▸ **What needs to be done**
Return only the lines of the listing below that run from the line with "f 119 103 102" through the line with "f 4 150 110", both ends included, exactly as written.

▸ **Data shown**
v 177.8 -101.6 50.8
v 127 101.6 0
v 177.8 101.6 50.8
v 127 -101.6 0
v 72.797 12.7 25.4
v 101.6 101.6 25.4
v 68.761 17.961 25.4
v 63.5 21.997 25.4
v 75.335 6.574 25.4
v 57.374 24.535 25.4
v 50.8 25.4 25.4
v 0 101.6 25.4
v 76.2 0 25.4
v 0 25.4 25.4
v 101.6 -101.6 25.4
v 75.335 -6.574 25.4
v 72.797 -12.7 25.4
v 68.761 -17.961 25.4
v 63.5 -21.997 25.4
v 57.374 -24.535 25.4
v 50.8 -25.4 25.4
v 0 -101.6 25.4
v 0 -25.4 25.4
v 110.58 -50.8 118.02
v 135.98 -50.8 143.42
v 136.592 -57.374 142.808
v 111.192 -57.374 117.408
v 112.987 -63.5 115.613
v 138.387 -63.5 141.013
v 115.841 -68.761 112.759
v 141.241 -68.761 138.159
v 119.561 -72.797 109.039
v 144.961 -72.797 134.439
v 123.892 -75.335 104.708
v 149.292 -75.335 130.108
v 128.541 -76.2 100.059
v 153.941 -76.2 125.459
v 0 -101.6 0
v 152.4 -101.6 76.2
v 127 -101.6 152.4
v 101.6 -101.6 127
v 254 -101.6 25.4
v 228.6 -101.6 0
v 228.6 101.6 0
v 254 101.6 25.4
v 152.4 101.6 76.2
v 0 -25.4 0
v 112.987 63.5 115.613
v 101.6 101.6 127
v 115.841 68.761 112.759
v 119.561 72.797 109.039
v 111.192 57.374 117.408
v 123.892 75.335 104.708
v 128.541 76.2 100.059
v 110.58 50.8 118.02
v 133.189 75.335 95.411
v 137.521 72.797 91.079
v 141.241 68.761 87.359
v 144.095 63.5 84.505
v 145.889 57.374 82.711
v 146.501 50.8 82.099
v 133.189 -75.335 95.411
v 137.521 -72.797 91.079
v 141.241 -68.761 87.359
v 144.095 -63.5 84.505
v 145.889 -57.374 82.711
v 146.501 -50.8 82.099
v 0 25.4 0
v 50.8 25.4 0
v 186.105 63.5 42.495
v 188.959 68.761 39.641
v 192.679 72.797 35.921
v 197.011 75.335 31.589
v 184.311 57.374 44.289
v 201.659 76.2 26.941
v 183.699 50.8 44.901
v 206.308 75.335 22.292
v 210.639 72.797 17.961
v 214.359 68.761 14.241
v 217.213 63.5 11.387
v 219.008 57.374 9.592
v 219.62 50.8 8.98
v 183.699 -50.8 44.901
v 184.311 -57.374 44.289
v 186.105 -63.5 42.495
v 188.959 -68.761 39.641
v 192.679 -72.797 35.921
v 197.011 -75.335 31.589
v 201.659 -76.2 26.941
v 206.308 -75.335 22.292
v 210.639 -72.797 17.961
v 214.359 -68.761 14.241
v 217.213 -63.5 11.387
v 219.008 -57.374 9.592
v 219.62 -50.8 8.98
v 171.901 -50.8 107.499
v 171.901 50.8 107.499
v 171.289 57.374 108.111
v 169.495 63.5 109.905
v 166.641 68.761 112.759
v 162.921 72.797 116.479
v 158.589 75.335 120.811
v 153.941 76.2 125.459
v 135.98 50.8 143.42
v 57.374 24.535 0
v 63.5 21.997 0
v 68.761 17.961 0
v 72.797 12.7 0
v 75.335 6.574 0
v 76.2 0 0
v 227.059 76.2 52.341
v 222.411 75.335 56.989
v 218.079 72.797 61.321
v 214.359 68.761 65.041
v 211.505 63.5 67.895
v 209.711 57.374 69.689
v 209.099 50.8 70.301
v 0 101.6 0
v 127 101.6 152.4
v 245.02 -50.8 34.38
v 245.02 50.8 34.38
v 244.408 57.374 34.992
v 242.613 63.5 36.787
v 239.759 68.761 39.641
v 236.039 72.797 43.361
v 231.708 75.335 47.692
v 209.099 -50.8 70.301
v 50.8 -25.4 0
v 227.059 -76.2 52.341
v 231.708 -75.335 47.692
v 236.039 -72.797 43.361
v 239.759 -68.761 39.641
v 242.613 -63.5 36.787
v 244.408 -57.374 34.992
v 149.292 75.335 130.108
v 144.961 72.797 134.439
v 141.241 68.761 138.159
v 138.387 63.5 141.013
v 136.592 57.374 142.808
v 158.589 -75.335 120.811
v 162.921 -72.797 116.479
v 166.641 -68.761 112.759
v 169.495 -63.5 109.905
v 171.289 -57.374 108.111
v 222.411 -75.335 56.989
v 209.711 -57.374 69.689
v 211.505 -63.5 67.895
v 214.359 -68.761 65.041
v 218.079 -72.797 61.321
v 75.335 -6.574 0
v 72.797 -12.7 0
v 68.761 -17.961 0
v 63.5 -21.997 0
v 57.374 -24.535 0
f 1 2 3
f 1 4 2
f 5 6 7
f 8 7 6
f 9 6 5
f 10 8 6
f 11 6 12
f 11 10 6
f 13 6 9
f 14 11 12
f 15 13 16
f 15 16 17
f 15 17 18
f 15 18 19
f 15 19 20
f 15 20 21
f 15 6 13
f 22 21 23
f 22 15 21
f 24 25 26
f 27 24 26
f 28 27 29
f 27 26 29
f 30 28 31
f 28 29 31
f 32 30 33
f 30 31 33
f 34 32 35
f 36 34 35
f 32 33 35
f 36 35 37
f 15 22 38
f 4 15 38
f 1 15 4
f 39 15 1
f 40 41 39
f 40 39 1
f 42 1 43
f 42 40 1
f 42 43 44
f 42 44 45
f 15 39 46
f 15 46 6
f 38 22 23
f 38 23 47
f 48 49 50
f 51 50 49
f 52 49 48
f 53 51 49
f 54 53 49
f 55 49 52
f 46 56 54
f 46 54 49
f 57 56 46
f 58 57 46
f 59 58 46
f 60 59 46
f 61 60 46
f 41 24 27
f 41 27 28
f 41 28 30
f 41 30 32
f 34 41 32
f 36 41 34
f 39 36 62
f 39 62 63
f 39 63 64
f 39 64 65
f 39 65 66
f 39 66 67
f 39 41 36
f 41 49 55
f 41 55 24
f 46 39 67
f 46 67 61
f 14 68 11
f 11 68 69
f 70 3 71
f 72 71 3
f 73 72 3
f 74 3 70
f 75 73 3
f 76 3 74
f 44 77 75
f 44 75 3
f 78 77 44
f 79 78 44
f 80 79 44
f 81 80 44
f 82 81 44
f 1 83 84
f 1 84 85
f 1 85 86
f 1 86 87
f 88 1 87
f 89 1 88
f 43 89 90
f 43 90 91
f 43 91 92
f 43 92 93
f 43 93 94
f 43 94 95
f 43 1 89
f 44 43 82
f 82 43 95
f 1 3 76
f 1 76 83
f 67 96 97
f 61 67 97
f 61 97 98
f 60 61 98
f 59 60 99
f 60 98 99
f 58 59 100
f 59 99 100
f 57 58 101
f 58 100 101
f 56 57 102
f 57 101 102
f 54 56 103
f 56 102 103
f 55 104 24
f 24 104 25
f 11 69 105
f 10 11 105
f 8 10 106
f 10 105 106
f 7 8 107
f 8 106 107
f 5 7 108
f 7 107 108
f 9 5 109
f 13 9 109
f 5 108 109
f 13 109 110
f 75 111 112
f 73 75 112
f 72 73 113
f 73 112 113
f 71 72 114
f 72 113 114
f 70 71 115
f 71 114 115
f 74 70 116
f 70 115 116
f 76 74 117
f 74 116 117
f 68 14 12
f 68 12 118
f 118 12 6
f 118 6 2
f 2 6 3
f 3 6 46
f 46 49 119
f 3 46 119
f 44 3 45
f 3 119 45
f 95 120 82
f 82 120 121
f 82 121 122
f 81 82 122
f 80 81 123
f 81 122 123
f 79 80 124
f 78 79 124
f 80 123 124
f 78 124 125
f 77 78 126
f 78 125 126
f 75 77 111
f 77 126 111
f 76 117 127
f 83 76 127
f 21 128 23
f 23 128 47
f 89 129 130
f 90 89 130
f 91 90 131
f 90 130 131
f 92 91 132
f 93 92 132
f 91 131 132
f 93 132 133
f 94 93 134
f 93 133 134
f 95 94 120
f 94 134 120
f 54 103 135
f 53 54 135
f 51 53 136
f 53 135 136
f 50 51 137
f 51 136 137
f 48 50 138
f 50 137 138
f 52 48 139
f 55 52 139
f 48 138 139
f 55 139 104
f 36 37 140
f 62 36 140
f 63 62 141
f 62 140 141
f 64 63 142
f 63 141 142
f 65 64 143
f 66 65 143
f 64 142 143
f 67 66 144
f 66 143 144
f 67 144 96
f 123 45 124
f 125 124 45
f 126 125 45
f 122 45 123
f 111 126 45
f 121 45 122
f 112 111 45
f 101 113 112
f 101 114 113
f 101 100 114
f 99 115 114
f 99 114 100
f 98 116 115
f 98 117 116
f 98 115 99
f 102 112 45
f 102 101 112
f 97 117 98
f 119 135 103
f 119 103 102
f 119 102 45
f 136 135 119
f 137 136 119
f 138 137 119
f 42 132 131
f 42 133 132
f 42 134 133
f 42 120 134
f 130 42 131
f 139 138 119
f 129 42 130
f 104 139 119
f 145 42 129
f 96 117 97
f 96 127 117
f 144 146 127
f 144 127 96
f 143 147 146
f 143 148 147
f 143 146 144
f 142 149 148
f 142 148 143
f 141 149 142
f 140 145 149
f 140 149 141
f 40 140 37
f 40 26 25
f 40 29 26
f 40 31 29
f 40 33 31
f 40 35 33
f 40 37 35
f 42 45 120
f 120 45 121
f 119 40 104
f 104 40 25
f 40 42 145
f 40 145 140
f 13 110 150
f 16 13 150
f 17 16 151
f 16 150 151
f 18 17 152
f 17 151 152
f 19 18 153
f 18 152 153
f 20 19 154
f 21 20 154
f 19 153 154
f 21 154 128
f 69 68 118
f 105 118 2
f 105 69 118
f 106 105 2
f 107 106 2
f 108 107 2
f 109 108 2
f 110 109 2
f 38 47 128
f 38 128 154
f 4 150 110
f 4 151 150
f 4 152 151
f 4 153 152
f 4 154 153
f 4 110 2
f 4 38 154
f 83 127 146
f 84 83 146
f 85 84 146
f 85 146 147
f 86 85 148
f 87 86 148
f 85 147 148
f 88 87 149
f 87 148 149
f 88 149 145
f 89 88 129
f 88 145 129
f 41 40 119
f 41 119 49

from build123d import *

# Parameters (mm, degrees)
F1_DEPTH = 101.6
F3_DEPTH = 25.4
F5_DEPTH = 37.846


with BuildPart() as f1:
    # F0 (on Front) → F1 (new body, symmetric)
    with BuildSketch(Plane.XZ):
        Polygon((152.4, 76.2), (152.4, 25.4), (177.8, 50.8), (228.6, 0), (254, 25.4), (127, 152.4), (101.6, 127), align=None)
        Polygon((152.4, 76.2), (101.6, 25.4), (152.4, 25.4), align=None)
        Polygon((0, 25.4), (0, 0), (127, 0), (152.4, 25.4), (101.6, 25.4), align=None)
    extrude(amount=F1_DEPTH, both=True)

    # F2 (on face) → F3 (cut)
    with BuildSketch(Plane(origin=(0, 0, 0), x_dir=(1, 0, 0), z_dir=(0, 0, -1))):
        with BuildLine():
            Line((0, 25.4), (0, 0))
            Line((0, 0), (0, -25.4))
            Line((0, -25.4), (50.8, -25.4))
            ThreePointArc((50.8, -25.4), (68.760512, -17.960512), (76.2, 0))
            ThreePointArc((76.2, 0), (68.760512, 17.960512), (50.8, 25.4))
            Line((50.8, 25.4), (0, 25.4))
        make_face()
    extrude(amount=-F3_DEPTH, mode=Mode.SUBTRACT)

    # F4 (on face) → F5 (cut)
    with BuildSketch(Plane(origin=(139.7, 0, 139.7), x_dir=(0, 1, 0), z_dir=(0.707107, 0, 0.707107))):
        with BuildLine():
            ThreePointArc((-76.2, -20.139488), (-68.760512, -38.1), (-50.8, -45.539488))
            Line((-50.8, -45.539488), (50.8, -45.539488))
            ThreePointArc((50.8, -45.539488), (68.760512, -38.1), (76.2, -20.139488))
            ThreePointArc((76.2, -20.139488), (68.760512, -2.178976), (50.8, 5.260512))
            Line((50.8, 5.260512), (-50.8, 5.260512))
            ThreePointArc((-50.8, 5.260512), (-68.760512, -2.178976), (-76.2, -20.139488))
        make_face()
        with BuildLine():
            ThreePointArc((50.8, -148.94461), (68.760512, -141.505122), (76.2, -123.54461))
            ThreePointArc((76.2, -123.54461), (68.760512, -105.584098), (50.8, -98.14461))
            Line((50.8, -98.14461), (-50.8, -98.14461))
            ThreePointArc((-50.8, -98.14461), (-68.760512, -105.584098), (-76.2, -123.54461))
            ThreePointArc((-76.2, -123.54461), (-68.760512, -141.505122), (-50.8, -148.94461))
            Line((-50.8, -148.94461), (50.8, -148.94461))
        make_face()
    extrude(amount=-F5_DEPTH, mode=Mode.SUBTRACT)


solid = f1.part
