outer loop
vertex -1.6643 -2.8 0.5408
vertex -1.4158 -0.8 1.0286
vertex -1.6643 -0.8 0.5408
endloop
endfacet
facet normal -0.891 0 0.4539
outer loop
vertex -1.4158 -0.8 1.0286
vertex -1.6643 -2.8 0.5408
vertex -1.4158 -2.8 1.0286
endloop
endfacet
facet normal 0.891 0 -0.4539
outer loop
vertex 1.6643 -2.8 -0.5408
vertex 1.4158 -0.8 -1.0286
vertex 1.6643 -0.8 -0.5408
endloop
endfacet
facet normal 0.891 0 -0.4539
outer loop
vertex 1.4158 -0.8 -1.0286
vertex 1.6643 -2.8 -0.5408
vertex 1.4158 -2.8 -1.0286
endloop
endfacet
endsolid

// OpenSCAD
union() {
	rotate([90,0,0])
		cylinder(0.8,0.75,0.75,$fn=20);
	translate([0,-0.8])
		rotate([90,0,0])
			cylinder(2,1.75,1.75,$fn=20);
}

▸ **Solution to this exercise**
f 119 103 102
f 119 102 45
f 136 135 119
f 137 136 119
f 138 137 119
f 42 132 131
f 42 133 132
f 42 134 133
f 42 120 134
f 130 42 131
f 139 138 119
f 129 42 130
f 104 139 119
f 145 42 129
f 96 117 97
f 96 127 117
f 144 146 127
f 144 127 96
f 143 147 146
f 143 148 147
f 143 146 144
f 142 149 148
f 142 148 143
f 141 149 142
f 140 145 149
f 140 149 141
f 40 140 37
f 40 26 25
f 40 29 26
f 40 31 29
f 40 33 31
f 40 35 33
f 40 37 35
f 42 45 120
f 120 45 121
f 119 40 104
f 104 40 25
f 40 42 145
f 40 145 140
f 13 110 150
f 16 13 150
f 17 16 151
f 16 150 151
f 18 17 152
f 17 151 152
f 19 18 153
f 18 152 153
f 20 19 154
f 21 20 154
f 19 153 154
f 21 154 128
f 69 68 118
f 105 118 2
f 105 69 118
f 106 105 2
f 107 106 2
f 108 107 2
f 109 108 2
f 110 109 2
f 38 47 128
f 38 128 154
f 4 150 110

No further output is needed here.